**WHAT THIS TASK INVOLVES:** In the entries that follow, the line with "f 114 100 81" opens the range and the line with "f 147 148 58" closes it; repeat that range exactly, both lines included.

Stored records
□ □ □ □ □ □ □

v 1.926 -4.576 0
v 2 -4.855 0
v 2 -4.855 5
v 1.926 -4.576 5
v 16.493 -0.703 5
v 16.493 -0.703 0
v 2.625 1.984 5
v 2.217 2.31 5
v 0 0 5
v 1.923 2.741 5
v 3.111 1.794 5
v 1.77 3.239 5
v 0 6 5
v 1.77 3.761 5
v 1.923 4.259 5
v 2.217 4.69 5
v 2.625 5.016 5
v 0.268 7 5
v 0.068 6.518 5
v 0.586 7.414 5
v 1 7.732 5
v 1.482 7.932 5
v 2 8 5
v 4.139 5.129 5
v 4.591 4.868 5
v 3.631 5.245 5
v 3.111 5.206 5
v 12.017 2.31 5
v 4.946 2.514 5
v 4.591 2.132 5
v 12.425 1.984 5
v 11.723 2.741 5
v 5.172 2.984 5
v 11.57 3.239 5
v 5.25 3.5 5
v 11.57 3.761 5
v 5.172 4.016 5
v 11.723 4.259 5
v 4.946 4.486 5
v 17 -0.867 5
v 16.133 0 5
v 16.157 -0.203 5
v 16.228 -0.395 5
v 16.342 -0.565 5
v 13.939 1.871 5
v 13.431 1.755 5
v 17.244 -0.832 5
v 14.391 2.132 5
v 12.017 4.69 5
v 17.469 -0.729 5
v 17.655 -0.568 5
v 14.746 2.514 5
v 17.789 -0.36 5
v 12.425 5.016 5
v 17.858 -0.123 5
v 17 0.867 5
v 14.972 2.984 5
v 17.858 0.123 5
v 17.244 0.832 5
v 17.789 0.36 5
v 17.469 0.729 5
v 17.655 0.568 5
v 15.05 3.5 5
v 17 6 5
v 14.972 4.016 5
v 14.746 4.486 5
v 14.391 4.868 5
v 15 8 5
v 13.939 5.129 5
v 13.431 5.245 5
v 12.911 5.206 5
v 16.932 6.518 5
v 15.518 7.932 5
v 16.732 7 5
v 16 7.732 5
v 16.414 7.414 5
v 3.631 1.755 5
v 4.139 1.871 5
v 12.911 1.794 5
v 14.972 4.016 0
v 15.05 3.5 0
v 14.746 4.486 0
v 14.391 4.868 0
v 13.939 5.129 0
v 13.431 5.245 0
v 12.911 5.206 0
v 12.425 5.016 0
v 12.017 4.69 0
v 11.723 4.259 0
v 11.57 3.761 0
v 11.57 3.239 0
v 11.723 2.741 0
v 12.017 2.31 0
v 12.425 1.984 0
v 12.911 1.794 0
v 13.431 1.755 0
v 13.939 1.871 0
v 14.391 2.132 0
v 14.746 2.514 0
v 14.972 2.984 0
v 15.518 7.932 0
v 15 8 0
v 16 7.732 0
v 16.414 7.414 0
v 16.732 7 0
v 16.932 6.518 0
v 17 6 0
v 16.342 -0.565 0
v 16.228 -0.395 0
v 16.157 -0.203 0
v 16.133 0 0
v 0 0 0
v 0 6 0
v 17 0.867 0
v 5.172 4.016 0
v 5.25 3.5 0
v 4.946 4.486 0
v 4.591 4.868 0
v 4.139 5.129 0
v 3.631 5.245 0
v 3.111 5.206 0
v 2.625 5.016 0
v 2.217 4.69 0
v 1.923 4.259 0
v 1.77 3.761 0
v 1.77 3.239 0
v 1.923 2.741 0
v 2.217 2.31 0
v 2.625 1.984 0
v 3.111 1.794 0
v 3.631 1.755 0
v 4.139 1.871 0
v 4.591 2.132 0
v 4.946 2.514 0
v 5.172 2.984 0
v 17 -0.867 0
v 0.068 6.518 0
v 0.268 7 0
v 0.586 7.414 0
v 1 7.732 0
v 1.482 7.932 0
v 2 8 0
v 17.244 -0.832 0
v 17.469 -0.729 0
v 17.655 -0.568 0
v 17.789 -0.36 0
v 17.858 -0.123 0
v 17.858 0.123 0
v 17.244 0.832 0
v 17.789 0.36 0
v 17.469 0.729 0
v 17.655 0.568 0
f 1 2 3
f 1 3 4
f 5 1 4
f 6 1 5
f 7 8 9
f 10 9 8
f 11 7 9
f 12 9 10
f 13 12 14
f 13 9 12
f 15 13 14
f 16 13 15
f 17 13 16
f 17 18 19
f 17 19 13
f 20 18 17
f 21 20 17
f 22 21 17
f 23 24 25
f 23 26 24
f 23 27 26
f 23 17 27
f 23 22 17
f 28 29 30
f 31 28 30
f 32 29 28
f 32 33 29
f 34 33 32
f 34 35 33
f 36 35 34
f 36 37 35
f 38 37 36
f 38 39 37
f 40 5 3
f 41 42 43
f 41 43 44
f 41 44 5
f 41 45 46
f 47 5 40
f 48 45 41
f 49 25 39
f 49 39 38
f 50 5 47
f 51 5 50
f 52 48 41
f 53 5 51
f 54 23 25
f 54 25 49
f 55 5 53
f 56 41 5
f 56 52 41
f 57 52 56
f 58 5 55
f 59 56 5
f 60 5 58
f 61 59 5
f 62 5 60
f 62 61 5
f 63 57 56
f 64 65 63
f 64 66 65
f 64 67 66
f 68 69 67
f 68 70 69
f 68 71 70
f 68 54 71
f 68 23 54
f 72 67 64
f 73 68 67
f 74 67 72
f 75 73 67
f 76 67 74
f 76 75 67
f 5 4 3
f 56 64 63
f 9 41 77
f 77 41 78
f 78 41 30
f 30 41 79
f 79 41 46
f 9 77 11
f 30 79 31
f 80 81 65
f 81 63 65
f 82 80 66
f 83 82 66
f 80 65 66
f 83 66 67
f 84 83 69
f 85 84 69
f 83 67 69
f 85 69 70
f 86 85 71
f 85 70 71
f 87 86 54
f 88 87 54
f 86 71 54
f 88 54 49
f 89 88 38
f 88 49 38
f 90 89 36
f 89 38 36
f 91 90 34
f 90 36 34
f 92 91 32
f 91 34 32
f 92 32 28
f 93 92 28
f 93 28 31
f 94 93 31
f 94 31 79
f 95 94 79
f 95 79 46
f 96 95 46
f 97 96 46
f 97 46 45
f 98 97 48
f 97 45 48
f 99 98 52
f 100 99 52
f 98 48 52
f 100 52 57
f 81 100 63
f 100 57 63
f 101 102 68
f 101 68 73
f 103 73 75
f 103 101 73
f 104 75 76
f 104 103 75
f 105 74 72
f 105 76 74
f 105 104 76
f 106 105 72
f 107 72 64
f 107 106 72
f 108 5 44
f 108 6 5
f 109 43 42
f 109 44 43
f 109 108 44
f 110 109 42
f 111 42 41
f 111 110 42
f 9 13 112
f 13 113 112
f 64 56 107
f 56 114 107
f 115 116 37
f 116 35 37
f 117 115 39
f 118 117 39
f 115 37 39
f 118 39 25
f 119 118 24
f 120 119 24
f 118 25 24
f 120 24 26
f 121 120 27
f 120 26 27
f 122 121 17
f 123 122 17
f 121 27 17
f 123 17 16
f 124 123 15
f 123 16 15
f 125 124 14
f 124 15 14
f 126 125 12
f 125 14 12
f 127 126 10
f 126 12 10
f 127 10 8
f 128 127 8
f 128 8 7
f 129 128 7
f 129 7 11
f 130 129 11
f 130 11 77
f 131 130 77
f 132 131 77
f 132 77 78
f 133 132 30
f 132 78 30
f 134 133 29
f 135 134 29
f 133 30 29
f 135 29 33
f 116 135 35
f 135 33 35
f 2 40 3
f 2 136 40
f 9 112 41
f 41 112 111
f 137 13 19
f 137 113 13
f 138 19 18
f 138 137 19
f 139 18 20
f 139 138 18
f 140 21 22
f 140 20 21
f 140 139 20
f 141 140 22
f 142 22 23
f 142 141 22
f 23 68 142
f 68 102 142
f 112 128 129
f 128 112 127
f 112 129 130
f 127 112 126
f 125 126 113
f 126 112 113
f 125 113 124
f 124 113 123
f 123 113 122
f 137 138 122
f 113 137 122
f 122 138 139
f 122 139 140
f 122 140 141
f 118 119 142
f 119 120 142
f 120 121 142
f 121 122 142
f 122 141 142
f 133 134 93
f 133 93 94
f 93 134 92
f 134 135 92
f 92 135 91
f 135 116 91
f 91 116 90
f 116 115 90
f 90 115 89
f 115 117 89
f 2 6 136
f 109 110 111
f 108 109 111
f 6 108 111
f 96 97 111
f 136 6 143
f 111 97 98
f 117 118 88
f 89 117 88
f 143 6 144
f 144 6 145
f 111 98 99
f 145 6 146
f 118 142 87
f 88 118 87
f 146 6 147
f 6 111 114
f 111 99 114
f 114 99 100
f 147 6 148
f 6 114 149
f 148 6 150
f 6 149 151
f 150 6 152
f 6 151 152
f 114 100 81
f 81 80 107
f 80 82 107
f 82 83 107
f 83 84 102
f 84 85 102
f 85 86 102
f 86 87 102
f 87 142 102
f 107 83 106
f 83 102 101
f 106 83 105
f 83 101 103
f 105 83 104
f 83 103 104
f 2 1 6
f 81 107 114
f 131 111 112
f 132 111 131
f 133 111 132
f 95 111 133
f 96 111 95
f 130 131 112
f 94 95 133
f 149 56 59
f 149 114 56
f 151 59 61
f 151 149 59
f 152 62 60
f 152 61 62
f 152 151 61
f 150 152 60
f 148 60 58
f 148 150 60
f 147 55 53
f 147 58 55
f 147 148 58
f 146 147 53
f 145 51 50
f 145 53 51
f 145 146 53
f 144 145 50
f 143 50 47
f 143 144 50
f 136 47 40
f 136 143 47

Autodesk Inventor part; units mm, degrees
ref_plane "YZ Plane" through (0, 0, 0) normal (1, 0, 0) x (0, 1, 0)
ref_plane "XZ Plane" through (0, 0, 0) normal (0, 1, 0) x (-1, 0, 0)
ref_plane "XY Plane" through (0, 0, 0) normal (0, 0, 1) x (1, 0, 0)
sketch "Sketch1" plane through (0, 0, 0) normal (0, 0, 1) x (1, 0, 0)
  line L0 (0, 0) -> (17, 0)
  line L1 (17, 0.8671) -> (17, 6)
  line L2 (15, 8) -> (2, 8)
  line L3 (0, 6) -> (0, 0)
  line L4 (17, -0.8671) -> (2, -4.8546)
  line L5 (2, -4.8546) -> (1.9259, -4.5758)
  line L6 (1.9259, -4.5758) -> (16.4929, -0.7033)
  arc A0 (17, -0.8671) -> (17, 0.8671) centre (17, 0) ccw
  arc A1 (16.1329, 0) -> (16.4929, -0.7033) centre (17, 0) ccw
  arc A2 (2, 8) -> (0, 6) centre (2, 6) ccw
  arc A3 (17, 6) -> (15, 8) centre (15, 6) ccw
  point P0 (17, 8)
  point P1 (0, 8)
  dimension "d0" = 17
  dimension "d1" = 8
  dimension "d9" = 2
extrude "Extrusion1" add sketch "Sketch1" along normal blind 5
sketch "Sketch2" plane through (0, 0, 5) normal (0, 0, 1) x (1, 0, 0)
  circle A0 centre (3.5, 3.5) radius 1.75
  circle A1 centre (13.3, 3.5) radius 1.75
  line L0 (0, 0) -> (16.1329, 0) projected
  line L1 (0, 6) -> (0, 0) projected
  dimension "d4" = 3.5
  dimension "d5" = 3.5
  dimension "d6" = 9.8
  dimension "d10" = 3.5
  dimension "d11" = 3.5
  dimension "d12" = 3.5
extrude "Extrusion2" cut sketch "Sketch2" against normal blind 5
equation "\"BendRadius\" = Thickness"
equation "\"BendReliefWidth\" = Thickness"
equation "\"BendReliefDepth\" = 0.5 * Thickness"
equation "\"CornerReliefSize\" = 4 * Thickness"
equation "\"MinimumRemnant\" = 2 * Thickness"
equation "\"TransitionRadius\" = BendRadius"
equation "\"JacobiRadiusSize\" = BendRadius"
equation "\"GapSize\" = Thickness"
equation "\"Thickness\" = 0.5"
properties part number "công tắc hành trình"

□ □ □ □ □ □ □

**RESPONSE FOR THIS EXERCISE:**
f 114 100 81
f 81 80 107
f 80 82 107
f 82 83 107
f 83 84 102
f 84 85 102
f 85 86 102
f 86 87 102
f 87 142 102
f 107 83 106
f 83 102 101
f 106 83 105
f 83 101 103
f 105 83 104
f 83 103 104
f 2 1 6
f 81 107 114
f 131 111 112
f 132 111 131
f 133 111 132
f 95 111 133
f 96 111 95
f 130 131 112
f 94 95 133
f 149 56 59
f 149 114 56
f 151 59 61
f 151 149 59
f 152 62 60
f 152 61 62
f 152 151 61
f 150 152 60
f 148 60 58
f 148 150 60
f 147 55 53
f 147 58 55
f 147 148 58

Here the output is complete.